Almost 2 million American servicemembers deployed to Iraq or Afghanistan following September 11, 2001. Over the following years, the age and sex adjusted suicide rate of veterans rose nearly twice as fast as non-veterans, and real annual Veterans Affairs Disability Compensation (VADC) payments per living veteran rose from $900 to $4,700, reaching total annual expenditures of nearly $100B by 2021, a rate 10 times larger per eligible beneficiary than Social Security Disability Insurance.

What explains the decline in veteran well-being and rise in VADC? Many point to the long-run behavioral and health consequences of combat deployments. However, assessing the causal role of warfighting is challenging because many other factors have changed over this period, such as the Army permitting more soldiers with low Armed Forces Qualification Test (AFQT) scores or prior felony convictions to enlist in response to recruiting shortfalls. In addition, changes in policy have also made it easier for veterans to qualify for VADC. 

To examine these issues, the authors construct a unique dataset that combines numerous military and non-military administrative data sources. These data allow the authors to investigate the causal effects of deployment on VADC and noncombat deaths, including deaths of despair and suicides, and other key measures of veteran well-being over long time horizons.  

Despite their rich dataset, identifying the causal effect of combat deployments remains challenging because soldiers are not deployed at random. For example, unit commanders may prefer to bring their best soldiers to war and leave the rest behind, while soldiers with extenuating family or other circumstances may also avoid deployment. To overcome these challenges, the authors employ an empirical strategy that leverages the quasi-random assignment of newly recruited soldiers to units. This allows them to compare soldiers assigned “as-good-as randomly” to units that vary in their propensity to deploy but that are otherwise similar, approximating a true randomized experiment in which some soldiers are sent to war, but others are not.
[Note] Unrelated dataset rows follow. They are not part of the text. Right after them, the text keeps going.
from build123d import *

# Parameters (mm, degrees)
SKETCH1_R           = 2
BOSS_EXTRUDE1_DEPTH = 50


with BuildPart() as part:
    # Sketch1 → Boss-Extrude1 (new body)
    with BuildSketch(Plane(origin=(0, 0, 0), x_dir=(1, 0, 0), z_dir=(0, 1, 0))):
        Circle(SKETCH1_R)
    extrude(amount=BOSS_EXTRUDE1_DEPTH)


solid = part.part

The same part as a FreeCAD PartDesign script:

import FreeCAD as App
import Part
import Sketcher
Q = App.Units.Quantity

doc = App.newDocument("Part")
body = doc.addObject("PartDesign::Body", "Body")

# Sketch on XZ plane
sketch1 = doc.addObject("Sketcher::SketchObject", "Sketch")
body.addObject(sketch1)
sketch1.AttachmentSupport = (doc.XZ_Plane, [""])
sketch1.MapMode = "FlatFace"
sketch1.addGeometry(Part.Circle(App.Vector(0, 0, 0), App.Vector(0, 0, 1), 2), False)
sketch1.addConstraint(Sketcher.Constraint("Coincident", 0, 3, -1, 1))
sketch1.addConstraint(Sketcher.Constraint("Diameter", 0, Q("4 mm")))
pad1 = doc.addObject("PartDesign::Pad", "Pad")
body.addObject(pad1)
pad1.Profile = sketch1
pad1.Length = 50
pad1.Reversed = True

doc.recompute()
The authors’ findings include the following:

  • Combat deployments substantially increase VADC payments. An average 10-month deployment increases any VADC receipt by 9.4pp and annual VADC compensation by $2,602 per person eight years after enlistment. Some of this increase is explained by warfighting. Other channels also play a role, however, including physical overuse and psychological trauma from deployment, as well as the potential for the deployment experience to relax VADC eligibility requirements. 
  • Combat deployments increase the risk of death and injury.  A 10-month deployment increase all-cause mortality by 0.53p.p within eight years of enlistment, but almost all of this is a result of deaths directly attributable to combat.  The estimated effect on overall noncombat deaths within eight years of enlistment is 0.05pp and not statistically distinguishable from zero. For deaths of despair, which primarily comprise suicide and drug or alcohol-related deaths, the estimated effect is 0.002pp. 
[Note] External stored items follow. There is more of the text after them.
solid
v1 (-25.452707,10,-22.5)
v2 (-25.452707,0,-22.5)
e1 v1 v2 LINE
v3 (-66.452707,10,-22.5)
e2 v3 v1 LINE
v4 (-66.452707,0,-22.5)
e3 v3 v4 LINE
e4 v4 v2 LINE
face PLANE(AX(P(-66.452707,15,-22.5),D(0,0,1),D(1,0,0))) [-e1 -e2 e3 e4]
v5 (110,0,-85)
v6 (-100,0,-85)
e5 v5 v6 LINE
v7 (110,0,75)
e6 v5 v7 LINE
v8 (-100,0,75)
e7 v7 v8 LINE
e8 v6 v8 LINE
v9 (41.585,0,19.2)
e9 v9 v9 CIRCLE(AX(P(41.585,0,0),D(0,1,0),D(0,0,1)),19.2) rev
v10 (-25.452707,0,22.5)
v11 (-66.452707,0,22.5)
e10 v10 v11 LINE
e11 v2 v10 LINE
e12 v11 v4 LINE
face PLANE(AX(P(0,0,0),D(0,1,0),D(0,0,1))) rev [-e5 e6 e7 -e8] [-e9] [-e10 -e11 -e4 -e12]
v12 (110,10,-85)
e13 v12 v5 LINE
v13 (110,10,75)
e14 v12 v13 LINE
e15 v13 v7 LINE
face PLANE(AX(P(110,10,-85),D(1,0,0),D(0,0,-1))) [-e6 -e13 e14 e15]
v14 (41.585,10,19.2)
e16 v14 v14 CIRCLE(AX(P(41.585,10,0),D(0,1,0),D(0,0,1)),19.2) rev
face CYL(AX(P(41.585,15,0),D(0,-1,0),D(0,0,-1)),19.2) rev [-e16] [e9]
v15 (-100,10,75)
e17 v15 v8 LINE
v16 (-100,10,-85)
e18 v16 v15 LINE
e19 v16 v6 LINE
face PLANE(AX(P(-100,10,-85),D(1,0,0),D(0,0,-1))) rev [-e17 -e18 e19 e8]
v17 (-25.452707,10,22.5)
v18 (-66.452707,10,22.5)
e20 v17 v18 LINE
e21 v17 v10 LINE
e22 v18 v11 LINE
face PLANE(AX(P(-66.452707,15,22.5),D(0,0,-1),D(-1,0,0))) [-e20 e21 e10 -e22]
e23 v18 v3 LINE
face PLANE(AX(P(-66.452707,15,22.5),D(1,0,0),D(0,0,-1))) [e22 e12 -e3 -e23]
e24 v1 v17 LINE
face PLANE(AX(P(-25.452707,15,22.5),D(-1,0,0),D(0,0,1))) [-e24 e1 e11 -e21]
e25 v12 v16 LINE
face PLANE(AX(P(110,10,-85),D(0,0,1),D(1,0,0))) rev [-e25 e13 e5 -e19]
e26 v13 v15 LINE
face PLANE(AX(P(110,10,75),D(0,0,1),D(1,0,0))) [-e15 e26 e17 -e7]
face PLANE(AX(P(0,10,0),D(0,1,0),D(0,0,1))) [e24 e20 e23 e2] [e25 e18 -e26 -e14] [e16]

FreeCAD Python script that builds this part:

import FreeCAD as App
import Part
import Sketcher
from FreeCAD import Vector

doc = App.newDocument("Part")
params = doc.addObject("Spreadsheet::Sheet", "Params")
for row, (alias, value) in enumerate([
    ("sketch1_width", "210 mm"),
    ("sketch1_height", "160 mm"),
    ("pad1_length", "10 mm"),
    ("sketch2_diameter", "38.4 mm"),
    ("sketch2_width", "41 mm"),
    ("sketch2_height", "45 mm"),
], start=1):
    params.set(f"A{row}", alias)
    params.set(f"B{row}", "=" + value)
    params.setAlias(f"B{row}", alias)

body = doc.addObject("PartDesign::Body", "Body")

# Sketch on XZ plane
sketch1 = body.newObject("Sketcher::SketchObject", "Sketch")
sketch1.AttachmentSupport = (doc.getObject("XZ_Plane"), [""])
sketch1.MapMode = "FlatFace"
sketch1.addGeometry(Part.LineSegment(Vector(-100, -85, 0), Vector(-100, 75, 0)), False)
sketch1.addGeometry(Part.LineSegment(Vector(-100, 75, 0), Vector(110, 75, 0)), False)
sketch1.addGeometry(Part.LineSegment(Vector(110, 75, 0), Vector(110, -85, 0)), False)
sketch1.addGeometry(Part.LineSegment(Vector(110, -85, 0), Vector(-100, -85, 0)), False)
sketch1.addConstraint(Sketcher.Constraint("Coincident", 0, 2, 1, 1))
sketch1.addConstraint(Sketcher.Constraint("Coincident", 1, 2, 2, 1))
sketch1.addConstraint(Sketcher.Constraint("Coincident", 2, 2, 3, 1))
sketch1.addConstraint(Sketcher.Constraint("Coincident", 3, 2, 0, 1))
sketch1.addConstraint(Sketcher.Constraint("Vertical", 0))
sketch1.addConstraint(Sketcher.Constraint("Horizontal", 1))
sketch1.addConstraint(Sketcher.Constraint("Vertical", 2))
sketch1.addConstraint(Sketcher.Constraint("Horizontal", 3))
sketch1.addConstraint(Sketcher.Constraint("DistanceX", 1, 1, 1, 2, 210.0))
sketch1.addConstraint(Sketcher.Constraint("DistanceY", 0, 1, 0, 2, 160.0))
sketch1.addConstraint(Sketcher.Constraint("DistanceX", 0, 2, -1, 1, 100.0))
sketch1.addConstraint(Sketcher.Constraint("DistanceY", -1, 1, 0, 2, 75.0))
sketch1.setExpression("Constraints[8]", "Params.sketch1_width")
sketch1.setExpression("Constraints[9]", "Params.sketch1_height")
pad1 = body.newObject("PartDesign::Pad", "Pad")
pad1.Profile = sketch1
pad1.setExpression("Length", "Params.pad1_length")
pad1.Reversed = True

# Sketch on XZ plane
sketch2 = body.newObject("Sketcher::SketchObject", "Sketch001")
sketch2.AttachmentSupport = (doc.getObject("XZ_Plane"), [""])
sketch2.MapMode = "FlatFace"
sketch2.addGeometry(Part.Circle(Vector(41.585, 0, 0), Vector(0, 0, 1), 19.2), False)
sketch2.addGeometry(Part.LineSegment(Vector(-66.452707, -22.5, 0), Vector(-66.452707, 22.5, 0)), False)
sketch2.addGeometry(Part.LineSegment(Vector(-66.452707, 22.5, 0), Vector(-25.452707, 22.5, 0)), False)
sketch2.addGeometry(Part.LineSegment(Vector(-25.452707, 22.5, 0), Vector(-25.452707, -22.5, 0)), False)
sketch2.addGeometry(Part.LineSegment(Vector(-25.452707, -22.5, 0), Vector(-66.452707, -22.5, 0)), False)
sketch2.addConstraint(Sketcher.Constraint("Coincident", 1, 2, 2, 1))
sketch2.addConstraint(Sketcher.Constraint("Coincident", 2, 2, 3, 1))
sketch2.addConstraint(Sketcher.Constraint("Coincident", 3, 2, 4, 1))
sketch2.addConstraint(Sketcher.Constraint("Coincident", 4, 2, 1, 1))
sketch2.addConstraint(Sketcher.Constraint("Vertical", 1))
sketch2.addConstraint(Sketcher.Constraint("Horizontal", 2))
sketch2.addConstraint(Sketcher.Constraint("Vertical", 3))
sketch2.addConstraint(Sketcher.Constraint("Horizontal", 4))
sketch2.addConstraint(Sketcher.Constraint("PointOnObject", 0, 3, -1))
sketch2.addConstraint(Sketcher.Constraint("Diameter", 0, 38.4))
sketch2.addConstraint(Sketcher.Constraint("DistanceX", 2, 1, 2, 2, 41.0))
sketch2.addConstraint(Sketcher.Constraint("DistanceY", 1, 1, 1, 2, 45.0))
sketch2.addConstraint(Sketcher.Constraint("DistanceY", -1, 1, 1, 2, 22.5))
sketch2.addConstraint(Sketcher.Constraint("DistanceX", -1, 1, 0, 3, 41.585))
sketch2.addConstraint(Sketcher.Constraint("DistanceX", 1, 2, -1, 1, 66.452707))
sketch2.setExpression("Constraints[9]", "Params.sketch2_diameter")
sketch2.setExpression("Constraints[10]", "Params.sketch2_width")
sketch2.setExpression("Constraints[11]", "Params.sketch2_height")
pocket1 = body.newObject("PartDesign::Pocket", "Pocket")
pocket1.Profile = sketch2
pocket1.Type = "ThroughAll"
pocket1.Midplane = True

doc.recompute()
To better understand whether deployment has important adverse effects beyond increasing average disability and mortality due to combat, the authors also conduct additional analyses and find the following:

  • Deployments do not cause soldiers to be removed from service for misconduct or to be incarcerated. Deployments do not worsen credit scores or educational outcomes. 
  • Soldiers assigned to brigades with higher casualty rates are no more likely to die outside of combat. Additionally, soldiers exposed to more violence on deployments of the same duration do not have worse outcomes on non-combat mortality, misconduct, incarceration, credit, or educational attainment. 
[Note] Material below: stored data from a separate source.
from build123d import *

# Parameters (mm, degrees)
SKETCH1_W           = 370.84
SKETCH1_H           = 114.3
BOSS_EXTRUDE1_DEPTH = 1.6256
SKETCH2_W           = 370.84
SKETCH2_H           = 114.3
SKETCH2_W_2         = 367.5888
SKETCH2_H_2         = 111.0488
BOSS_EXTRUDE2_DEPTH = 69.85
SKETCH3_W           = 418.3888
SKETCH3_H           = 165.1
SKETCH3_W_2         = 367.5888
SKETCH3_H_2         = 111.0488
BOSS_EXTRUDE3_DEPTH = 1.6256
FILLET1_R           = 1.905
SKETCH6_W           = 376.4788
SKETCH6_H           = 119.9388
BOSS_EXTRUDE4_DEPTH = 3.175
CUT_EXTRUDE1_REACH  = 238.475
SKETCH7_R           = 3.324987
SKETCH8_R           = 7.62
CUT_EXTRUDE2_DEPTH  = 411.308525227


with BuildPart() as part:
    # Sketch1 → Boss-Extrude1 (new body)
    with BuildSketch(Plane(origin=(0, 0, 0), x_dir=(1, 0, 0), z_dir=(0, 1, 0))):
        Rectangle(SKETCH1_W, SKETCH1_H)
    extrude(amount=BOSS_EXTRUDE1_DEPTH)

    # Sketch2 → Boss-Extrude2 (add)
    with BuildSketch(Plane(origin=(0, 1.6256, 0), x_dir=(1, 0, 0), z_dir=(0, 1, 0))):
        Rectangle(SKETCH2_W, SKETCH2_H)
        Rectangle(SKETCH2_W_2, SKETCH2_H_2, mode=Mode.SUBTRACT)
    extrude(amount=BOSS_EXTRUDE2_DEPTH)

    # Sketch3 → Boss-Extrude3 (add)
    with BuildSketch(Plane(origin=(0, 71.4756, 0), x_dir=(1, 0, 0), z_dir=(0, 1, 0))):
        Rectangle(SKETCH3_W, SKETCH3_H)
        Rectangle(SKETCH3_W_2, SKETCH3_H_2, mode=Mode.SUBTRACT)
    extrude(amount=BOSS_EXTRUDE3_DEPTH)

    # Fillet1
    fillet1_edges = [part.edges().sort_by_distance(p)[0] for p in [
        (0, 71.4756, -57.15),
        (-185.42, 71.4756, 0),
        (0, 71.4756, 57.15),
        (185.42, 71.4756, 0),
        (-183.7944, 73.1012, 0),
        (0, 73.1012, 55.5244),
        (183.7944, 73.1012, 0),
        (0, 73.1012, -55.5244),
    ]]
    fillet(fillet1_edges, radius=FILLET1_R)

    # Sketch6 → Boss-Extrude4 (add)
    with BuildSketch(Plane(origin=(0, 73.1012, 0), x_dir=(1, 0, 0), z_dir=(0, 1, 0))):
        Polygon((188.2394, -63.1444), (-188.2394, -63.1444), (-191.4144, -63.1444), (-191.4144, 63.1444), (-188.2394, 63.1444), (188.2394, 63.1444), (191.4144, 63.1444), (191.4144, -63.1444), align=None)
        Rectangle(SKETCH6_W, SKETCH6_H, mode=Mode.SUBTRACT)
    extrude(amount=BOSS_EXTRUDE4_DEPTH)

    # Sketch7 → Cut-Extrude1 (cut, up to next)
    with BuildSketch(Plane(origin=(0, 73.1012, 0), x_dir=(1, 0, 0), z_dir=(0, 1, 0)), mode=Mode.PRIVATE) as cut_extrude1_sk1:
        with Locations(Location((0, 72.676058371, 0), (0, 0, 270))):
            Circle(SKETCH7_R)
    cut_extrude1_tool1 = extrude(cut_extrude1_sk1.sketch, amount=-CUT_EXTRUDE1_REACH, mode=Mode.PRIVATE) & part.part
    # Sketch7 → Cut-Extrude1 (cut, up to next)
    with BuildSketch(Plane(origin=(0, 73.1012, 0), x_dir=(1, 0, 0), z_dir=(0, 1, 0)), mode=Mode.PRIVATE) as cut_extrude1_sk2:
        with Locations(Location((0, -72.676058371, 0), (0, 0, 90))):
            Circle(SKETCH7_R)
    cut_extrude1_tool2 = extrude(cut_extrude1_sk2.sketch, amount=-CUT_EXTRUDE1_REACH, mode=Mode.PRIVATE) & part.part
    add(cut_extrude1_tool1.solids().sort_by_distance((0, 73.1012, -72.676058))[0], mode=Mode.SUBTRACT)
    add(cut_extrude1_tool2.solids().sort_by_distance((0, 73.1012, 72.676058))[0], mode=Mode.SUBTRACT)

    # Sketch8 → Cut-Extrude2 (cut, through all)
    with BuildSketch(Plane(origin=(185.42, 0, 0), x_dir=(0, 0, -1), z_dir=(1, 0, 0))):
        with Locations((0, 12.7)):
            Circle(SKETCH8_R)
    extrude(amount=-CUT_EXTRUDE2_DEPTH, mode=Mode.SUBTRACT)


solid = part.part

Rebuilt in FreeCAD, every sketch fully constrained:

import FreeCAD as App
import Part
import Sketcher
from FreeCAD import Vector
Q = App.Units.Quantity


def edges_at(feature, points):
    """Names of the edges that pass closest to the given points."""
    edges = feature.Shape.Edges
    near = lambda p: min(range(len(edges)), key=lambda i: edges[i].distToShape(Part.Vertex(*p))[0])
    return sorted({f"Edge{near(p) + 1}" for p in points})


def add_polygon(sketch, points):
    """Adds a closed chain of lines whose ends are joined by coincident constraints."""
    first, n = sketch.GeometryCount, len(points)
    for a, b in zip(points, points[1:] + points[:1]):
        sketch.addGeometry(Part.LineSegment(App.Vector(*a, 0), App.Vector(*b, 0)), False)
    for i in range(n):
        sketch.addConstraint(Sketcher.Constraint("Coincident", first + i, 2, first + (i + 1) % n, 1))

doc = App.newDocument("Part")
params = doc.addObject("Spreadsheet::Sheet", "Params")
for row, (alias, value) in enumerate([
    ("sketch1_width", "14.6 in"),
    ("sketch1_height", "4.5 in"),
    ("pad1_length", "0.064 in"),
    ("sketch2_width", "14.6 in"),
    ("sketch2_height", "4.5 in"),
    ("sketch2_width2", "14.472 in"),
    ("sketch2_height2", "4.372 in"),
    ("pad2_length", "2.75 in"),
    ("sketch3_height", "6.5 in"),
    ("sketch3_width", "16.472 in"),
    ("sketch3_height2", "4.372 in"),
    ("pad3_length", "0.064 in"),
    ("fillet_radius", "0.075 in"),
    ("sketch4_width", "15.072 in"),
    ("sketch4_width2", "14.822 in"),
    ("sketch4_height", "4.972 in"),
    ("sketch4_height2", "4.722 in"),
    ("pad4_length", "0.125 in"),
    ("sketch7_diameter", "0.6 in"),
], start=1):
    params.set(f"A{row}", alias)
    params.set(f"B{row}", "=" + value)
    params.setAlias(f"B{row}", alias)

body = doc.addObject("PartDesign::Body", "Body")

sketch1 = doc.addObject("Sketcher::SketchObject", "Sketch")
body.addObject(sketch1)
sketch1.AttachmentSupport = (doc.XZ_Plane, [""])
sketch1.MapMode = "FlatFace"
add_polygon(sketch1, [(-185, -57), (-185, 57), (185, 57), (185, -57)])
sketch1.addConstraint([
    Sketcher.Constraint("Vertical", 0),
    Sketcher.Constraint("Horizontal", 1),
    Sketcher.Constraint("Vertical", 2),
    Sketcher.Constraint("Horizontal", 3),
    Sketcher.Constraint("Symmetric", 0, 2, 2, 2, -1, 1),
    Sketcher.Constraint("DistanceX", 1, 1, 1, 2, Q("14.6 in")),
    Sketcher.Constraint("DistanceY", 0, 1, 0, 2, Q("4.5 in")),
])
sketch1.setExpression("Constraints[9]", "Params.sketch1_width")
sketch1.setExpression("Constraints[10]", "Params.sketch1_height")
pad1 = doc.addObject("PartDesign::Pad", "Pad")
body.addObject(pad1)
pad1.Profile = sketch1
pad1.setExpression("Length", "Params.pad1_length")
pad1.Reversed = True

sketch2 = doc.addObject("Sketcher::SketchObject", "Sketch001")
body.addObject(sketch2)
sketch2.AttachmentSupport = (doc.XZ_Plane, [""])
sketch2.MapMode = "FlatFace"
sketch2.AttachmentOffset = App.Placement(Vector(0, 0, -0.064 * 25.4), App.Rotation())
add_polygon(sketch2, [(-185, -57), (-185, 57), (185, 57), (185, -57)])
add_polygon(sketch2, [(184, 56), (-184, 56), (-184, -56), (184, -56)])
sketch2.addConstraint([
    Sketcher.Constraint("Vertical", 0),
    Sketcher.Constraint("Horizontal", 1),
    Sketcher.Constraint("Vertical", 2),
    Sketcher.Constraint("Horizontal", 3),
    Sketcher.Constraint("Horizontal", 4),
    Sketcher.Constraint("Vertical", 5),
    Sketcher.Constraint("Horizontal", 6),
    Sketcher.Constraint("Vertical", 7),
    Sketcher.Constraint("Symmetric", 0, 2, 2, 2, -1, 1),
    Sketcher.Constraint("Symmetric", 4, 2, 6, 2, -1, 1),
    Sketcher.Constraint("DistanceX", 1, 1, 1, 2, Q("14.6 in")),
    Sketcher.Constraint("DistanceY", 0, 1, 0, 2, Q("4.5 in")),
    Sketcher.Constraint("DistanceX", 4, 2, 4, 1, Q("14.472 in")),
    Sketcher.Constraint("DistanceY", 5, 2, 5, 1, Q("4.372 in")),
])
sketch2.setExpression("Constraints[18]", "Params.sketch2_width")
sketch2.setExpression("Constraints[19]", "Params.sketch2_height")
sketch2.setExpression("Constraints[20]", "Params.sketch2_width2")
sketch2.setExpression("Constraints[21]", "Params.sketch2_height2")
pad2 = doc.addObject("PartDesign::Pad", "Pad001")
body.addObject(pad2)
pad2.Profile = sketch2
pad2.setExpression("Length", "Params.pad2_length")
pad2.Reversed = True

sketch3 = doc.addObject("Sketcher::SketchObject", "Sketch002")
body.addObject(sketch3)
sketch3.AttachmentSupport = (doc.XZ_Plane, [""])
sketch3.MapMode = "FlatFace"
sketch3.AttachmentOffset = App.Placement(Vector(0, 0, -2.814 * 25.4), App.Rotation())
add_polygon(sketch3, [(-209, -83), (-209, 83), (209, 83), (209, -83)])
add_polygon(sketch3, [(184, 56), (-184, 56), (-184, -56), (184, -56)])
sketch3.addConstraint([
    Sketcher.Constraint("Vertical", 0),
    Sketcher.Constraint("Horizontal", 1),
    Sketcher.Constraint("Vertical", 2),
    Sketcher.Constraint("Horizontal", 3),
    Sketcher.Constraint("Horizontal", 4),
    Sketcher.Constraint("Vertical", 5),
    Sketcher.Constraint("Horizontal", 6),
    Sketcher.Constraint("Vertical", 7),
    Sketcher.Constraint("Symmetric", 0, 2, 2, 2, -1, 1),
    Sketcher.Constraint("Symmetric", 4, 2, 6, 2, -1, 1),
    Sketcher.Constraint("DistanceY", 0, 1, 0, 2, Q("6.5 in")),
    Sketcher.Constraint("DistanceX", 0, 2, 4, 2, Q("1 in")),
    Sketcher.Constraint("DistanceX", 1, 1, 1, 2, Q("16.472 in")),
    Sketcher.Constraint("DistanceY", 5, 2, 5, 1, Q("4.372 in")),
])
sketch3.setExpression("Constraints[18]", "Params.sketch3_height")
sketch3.setExpression("Constraints[20]", "Params.sketch3_width")
sketch3.setExpression("Constraints[21]", "Params.sketch3_height2")
pad3 = doc.addObject("PartDesign::Pad", "Pad002")
body.addObject(pad3)
pad3.Profile = sketch3
pad3.setExpression("Length", "Params.pad3_length")
pad3.Reversed = True
doc.recompute()

fillet = doc.addObject("PartDesign::Fillet", "Fillet")
body.addObject(fillet)
fillet.Base = (pad3, edges_at(pad3, [
    (0, 71.476, -57.15),
    (-185.42, 71.476, 0),
    (0, 71.476, 57.15),
    (185.42, 71.476, 0),
    (-183.794, 73.101, 0),
    (0, 73.101, 55.524),
    (183.794, 73.101, 0),
    (0, 73.101, -55.524),
]))
fillet.setExpression("Radius", "Params.fillet_radius")

sketch4 = doc.addObject("Sketcher::SketchObject", "Sketch003")
body.addObject(sketch4)
sketch4.AttachmentSupport = (doc.XZ_Plane, [""])
sketch4.MapMode = "FlatFace"
sketch4.AttachmentOffset = App.Placement(Vector(0, 0, -2.878 * 25.4), App.Rotation())
add_polygon(sketch4, [(-191, 63), (191, 63), (191, -63), (-191, -63)])
add_polygon(sketch4, [(-188, 60), (-188, -60), (188, -60), (188, 60)])
sketch4.addConstraint([
    Sketcher.Constraint("Horizontal", 0),
    Sketcher.Constraint("Vertical", 1),
    Sketcher.Constraint("Horizontal", 2),
    Sketcher.Constraint("Vertical", 3),
    Sketcher.Constraint("Vertical", 4),
    Sketcher.Constraint("Horizontal", 5),
    Sketcher.Constraint("Vertical", 6),
    Sketcher.Constraint("Horizontal", 7),
    Sketcher.Constraint("Symmetric", 0, 2, 2, 2, -1, 1),
    Sketcher.Constraint("Symmetric", 4, 2, 6, 2, -1, 1),
    Sketcher.Constraint("DistanceX", 0, 1, 0, 2, Q("15.072 in")),
    Sketcher.Constraint("DistanceX", 5, 1, 5, 2, Q("14.822 in")),
    Sketcher.Constraint("DistanceY", 1, 2, 1, 1, Q("4.972 in")),
    Sketcher.Constraint("DistanceY", 4, 2, 4, 1, Q("4.722 in")),
])
sketch4.setExpression("Constraints[18]", "Params.sketch4_width")
sketch4.setExpression("Constraints[19]", "Params.sketch4_width2")
sketch4.setExpression("Constraints[20]", "Params.sketch4_height")
sketch4.setExpression("Constraints[21]", "Params.sketch4_height2")
pad4 = doc.addObject("PartDesign::Pad", "Pad003")
body.addObject(pad4)
pad4.Profile = sketch4
pad4.setExpression("Length", "Params.pad4_length")
pad4.Reversed = True

sketch5 = doc.addObject("Sketcher::SketchObject", "Sketch004")
body.addObject(sketch5)
sketch5.AttachmentSupport = (doc.XZ_Plane, [""])
sketch5.MapMode = "FlatFace"
sketch5.AttachmentOffset = App.Placement(Vector(0, 0, -2.878 * 25.4), App.Rotation())
sketch5.addGeometry(Part.Circle(Vector(0, -72.7, 0), Vector(0, 0, 1), 3.3), False)
sketch5.addConstraint([
    Sketcher.Constraint("PointOnObject", 0, 3, -2),
    Sketcher.Constraint("Diameter", 0, Q("6.649974 mm")),
    Sketcher.Constraint("DistanceY", 0, 3, -1, 1, Q("72.676058 mm")),
])
pocket1 = doc.addObject("PartDesign::Pocket", "Pocket")
body.addObject(pocket1)
pocket1.Profile = sketch5
pocket1.Type = "UpToFirst"
pocket1.Reversed = True

sketch6 = doc.addObject("Sketcher::SketchObject", "Sketch005")
body.addObject(sketch6)
sketch6.AttachmentSupport = (doc.XZ_Plane, [""])
sketch6.MapMode = "FlatFace"
sketch6.AttachmentOffset = App.Placement(Vector(0, 0, -2.878 * 25.4), App.Rotation())
sketch6.addGeometry(Part.Circle(Vector(0, 72.7, 0), Vector(0, 0, 1), 3.3), False)
sketch6.addConstraint([
    Sketcher.Constraint("PointOnObject", 0, 3, -2),
    Sketcher.Constraint("Diameter", 0, Q("6.649974 mm")),
    Sketcher.Constraint("DistanceY", -1, 1, 0, 3, Q("72.676058 mm")),
])
pocket2 = doc.addObject("PartDesign::Pocket", "Pocket001")
body.addObject(pocket2)
pocket2.Profile = sketch6
pocket2.Type = "UpToFirst"
pocket2.Reversed = True

sketch7 = doc.addObject("Sketcher::SketchObject", "Sketch006")
body.addObject(sketch7)
sketch7.AttachmentSupport = (doc.YZ_Plane, [""])
sketch7.MapMode = "FlatFace"
sketch7.AttachmentOffset = App.Placement(Vector(0, 0, 7.3 * 25.4), App.Rotation())
sketch7.addGeometry(Part.Circle(Vector(13, 0, 0), Vector(0, 0, 1), 8), False)
sketch7.addConstraint([
    Sketcher.Constraint("PointOnObject", 0, 3, -1),
    Sketcher.Constraint("Diameter", 0, Q("0.6 in")),
    Sketcher.Constraint("DistanceX", -1, 1, 0, 3, Q("0.5 in")),
])
sketch7.setExpression("Constraints[1]", "Params.sketch7_diameter")
pocket3 = doc.addObject("PartDesign::Pocket", "Pocket002")
body.addObject(pocket3)
pocket3.Profile = sketch7
pocket3.Type = "ThroughAll"

doc.recompute()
The authors conclude by revisiting the striking trends in veterans’ outcomes that have been the focus of much public attention. They find that while deployment explains a large portion of the early 2000s increase in VADC receipt, more recently VADC and deployment have decoupled. The most recent cohorts of soldiers have some of the highest levels of VADC and the lowest deployment risk, suggesting that changes in overall VADC generosity and eligibility criteria may be responsible for the most recent surge. Deployment also does not explain changes in noncombat deaths, which are more closely connected to changes in the observable characteristics of whom the Army allowed to serve.

Bottom line for policymakers: This work offers a cautionary note against laying too much blame for veterans’ outcomes on combat deployment itself. To better support veterans of both past and future wars, it is important to understand a broad set of determinants of veterans’ outcomes, as well as the drivers of selection into service.